図2および図3を参照して分かるように、有機物40と複合磁性粒子30との平均粒径比d/Dを0.7以下にすることによって、透磁率μAが透磁率μBから5%減となる周波数を高周波側に引き上げることができた。また、d/Dが0.45以下である場合には、6000Hzの周波数においても透磁率μAの減少が軽微であることを確認できた。
続いて、平均粒径比d/Dが0.7となる複合磁性粒子30と有機物40とを、全体に占める有機物40の割合が0.01質量%から0.60質量%までの範囲で変化するように混合した。先ほどと同様に、リング状の試験片を作製し、その試験片に100(エルステッド)の磁場を印加して、その時の磁束密度B100を測定した。測定した結果を、有機物40の割合ごとに表2および図4に示した。図4は、この実施例において、磁束密度B100と有機物の割合との関係を示すグラフである。
図4を参照して分かるように、有機物40の割合を0.3質量%以下とすることによって、1.4(テスラ)よりも大きい磁束密度を得ることができた。さらに、有機物40の割合を0.15質量%未満とすることによって、1.49(テスラ)を超える磁束密度を得ることができた。
今回開示された実施の形態および実施例はすべての点で例示であって制限的なものではないと考えられるべきである。
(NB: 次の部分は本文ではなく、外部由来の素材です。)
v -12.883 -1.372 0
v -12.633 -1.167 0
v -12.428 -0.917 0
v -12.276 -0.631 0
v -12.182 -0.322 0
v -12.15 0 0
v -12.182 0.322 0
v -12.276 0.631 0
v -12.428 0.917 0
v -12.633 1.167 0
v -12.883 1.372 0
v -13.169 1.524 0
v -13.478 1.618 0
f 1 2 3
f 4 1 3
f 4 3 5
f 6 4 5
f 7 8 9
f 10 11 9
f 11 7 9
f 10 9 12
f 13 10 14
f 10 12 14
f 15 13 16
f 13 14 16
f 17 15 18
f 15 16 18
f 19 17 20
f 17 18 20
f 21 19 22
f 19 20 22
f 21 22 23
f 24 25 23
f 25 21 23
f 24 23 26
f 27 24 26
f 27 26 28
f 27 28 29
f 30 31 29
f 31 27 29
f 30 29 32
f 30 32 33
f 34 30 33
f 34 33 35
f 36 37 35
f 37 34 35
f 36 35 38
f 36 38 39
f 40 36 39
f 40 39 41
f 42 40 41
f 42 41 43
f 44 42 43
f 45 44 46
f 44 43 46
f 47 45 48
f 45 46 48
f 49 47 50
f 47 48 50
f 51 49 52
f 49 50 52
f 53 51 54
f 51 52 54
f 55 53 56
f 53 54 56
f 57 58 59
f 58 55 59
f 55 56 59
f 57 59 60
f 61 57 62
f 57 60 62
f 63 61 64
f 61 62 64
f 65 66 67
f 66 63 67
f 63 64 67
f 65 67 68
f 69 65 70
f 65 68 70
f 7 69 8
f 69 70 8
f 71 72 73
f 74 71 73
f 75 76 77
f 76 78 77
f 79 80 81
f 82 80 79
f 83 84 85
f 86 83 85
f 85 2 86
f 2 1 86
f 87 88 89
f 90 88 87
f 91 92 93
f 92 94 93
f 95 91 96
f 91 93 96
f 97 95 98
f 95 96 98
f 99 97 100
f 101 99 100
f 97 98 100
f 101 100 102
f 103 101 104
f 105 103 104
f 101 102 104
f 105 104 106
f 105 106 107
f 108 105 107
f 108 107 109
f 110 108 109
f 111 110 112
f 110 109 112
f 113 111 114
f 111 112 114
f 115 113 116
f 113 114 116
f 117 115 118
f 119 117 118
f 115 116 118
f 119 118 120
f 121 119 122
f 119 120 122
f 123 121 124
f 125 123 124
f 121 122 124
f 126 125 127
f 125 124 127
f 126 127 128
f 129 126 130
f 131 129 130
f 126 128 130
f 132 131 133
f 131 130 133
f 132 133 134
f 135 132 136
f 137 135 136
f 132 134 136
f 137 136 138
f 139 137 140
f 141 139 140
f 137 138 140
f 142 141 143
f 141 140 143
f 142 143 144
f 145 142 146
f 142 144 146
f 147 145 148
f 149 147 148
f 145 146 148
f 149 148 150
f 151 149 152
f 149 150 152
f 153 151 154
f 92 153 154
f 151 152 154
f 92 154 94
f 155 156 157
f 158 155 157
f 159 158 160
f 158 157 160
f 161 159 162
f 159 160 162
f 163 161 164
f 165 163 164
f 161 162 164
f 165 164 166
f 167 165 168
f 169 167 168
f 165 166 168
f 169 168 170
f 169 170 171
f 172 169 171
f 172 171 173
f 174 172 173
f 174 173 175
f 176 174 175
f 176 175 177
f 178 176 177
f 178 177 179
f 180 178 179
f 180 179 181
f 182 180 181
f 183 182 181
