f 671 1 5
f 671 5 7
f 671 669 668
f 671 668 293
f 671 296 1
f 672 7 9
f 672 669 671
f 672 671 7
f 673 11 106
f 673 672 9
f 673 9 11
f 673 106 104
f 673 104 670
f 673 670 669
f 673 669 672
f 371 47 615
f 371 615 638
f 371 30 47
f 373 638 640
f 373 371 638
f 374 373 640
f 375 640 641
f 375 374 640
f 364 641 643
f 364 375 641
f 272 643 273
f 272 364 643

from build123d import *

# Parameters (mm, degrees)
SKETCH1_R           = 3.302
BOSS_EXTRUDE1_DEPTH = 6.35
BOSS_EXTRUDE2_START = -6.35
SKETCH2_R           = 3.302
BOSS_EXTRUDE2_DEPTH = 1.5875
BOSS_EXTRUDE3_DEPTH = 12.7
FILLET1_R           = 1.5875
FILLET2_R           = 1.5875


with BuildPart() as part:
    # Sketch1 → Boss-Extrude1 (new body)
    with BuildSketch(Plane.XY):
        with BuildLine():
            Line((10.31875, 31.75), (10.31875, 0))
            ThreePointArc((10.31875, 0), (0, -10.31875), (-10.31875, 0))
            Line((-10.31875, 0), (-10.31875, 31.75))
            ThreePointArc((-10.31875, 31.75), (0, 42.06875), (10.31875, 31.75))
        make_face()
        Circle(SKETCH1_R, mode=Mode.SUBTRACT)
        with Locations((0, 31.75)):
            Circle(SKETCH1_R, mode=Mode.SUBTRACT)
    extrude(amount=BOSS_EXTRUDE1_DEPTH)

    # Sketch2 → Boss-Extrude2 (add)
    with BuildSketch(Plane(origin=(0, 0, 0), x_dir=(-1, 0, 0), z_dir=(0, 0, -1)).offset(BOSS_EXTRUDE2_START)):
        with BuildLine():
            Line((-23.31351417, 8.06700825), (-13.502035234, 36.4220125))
本発明の範囲は上記した説明ではなくて特許請求の範囲によって示され、特許請求の範囲と均等の意味および範囲内でのすべての変更が含まれることが意図される。
10 金属磁性粒子、20 絶縁被膜、30 複合磁性粒子、40 有機物。
Claims (5)
- 金属磁性粒子と、前記金属磁性粒子の表面を取り囲む絶縁被膜とを含む複数の複合磁性粒子と、
粉末状の有機物とを備え、
前記複合磁性粒子の平均粒径Dと、前記有機物の平均粒径dとは、d/D≦0.7の関係を満たし、
前記有機物の割合は、0を超え0.3質量%以下である、軟磁性材料。 - 前記複合磁性粒子の平均粒径Dと、前記有機物の平均粒径dとは、d/D≦0.45の関係をさらに満たす、請求項1に記載の軟磁性材料。
- 前記有機物の割合は、0を超え0.15質量%未満である、請求項1または2に記載の軟磁性材料。
- 前記有機物は、6−12ナイロン、ポリテトラフルオロエチレン、熱可塑性ポリイミド、熱可塑性ポリアミド、熱可塑性ポリアミドイミド、高分子量ポリエチレンおよび高級脂肪酸系からなる群より選ばれた少なくとも一種を含む、請求項1から3のいずれか1項に記載の軟磁性材料。
- 請求項1から4のいずれか1項に記載の軟磁性材料を用いて作製された圧粉磁心であって、
8.0×103(A/m)の磁場を印加した場合の磁束密度が、1.4(T:テスラ)よりも大きい、圧粉磁心。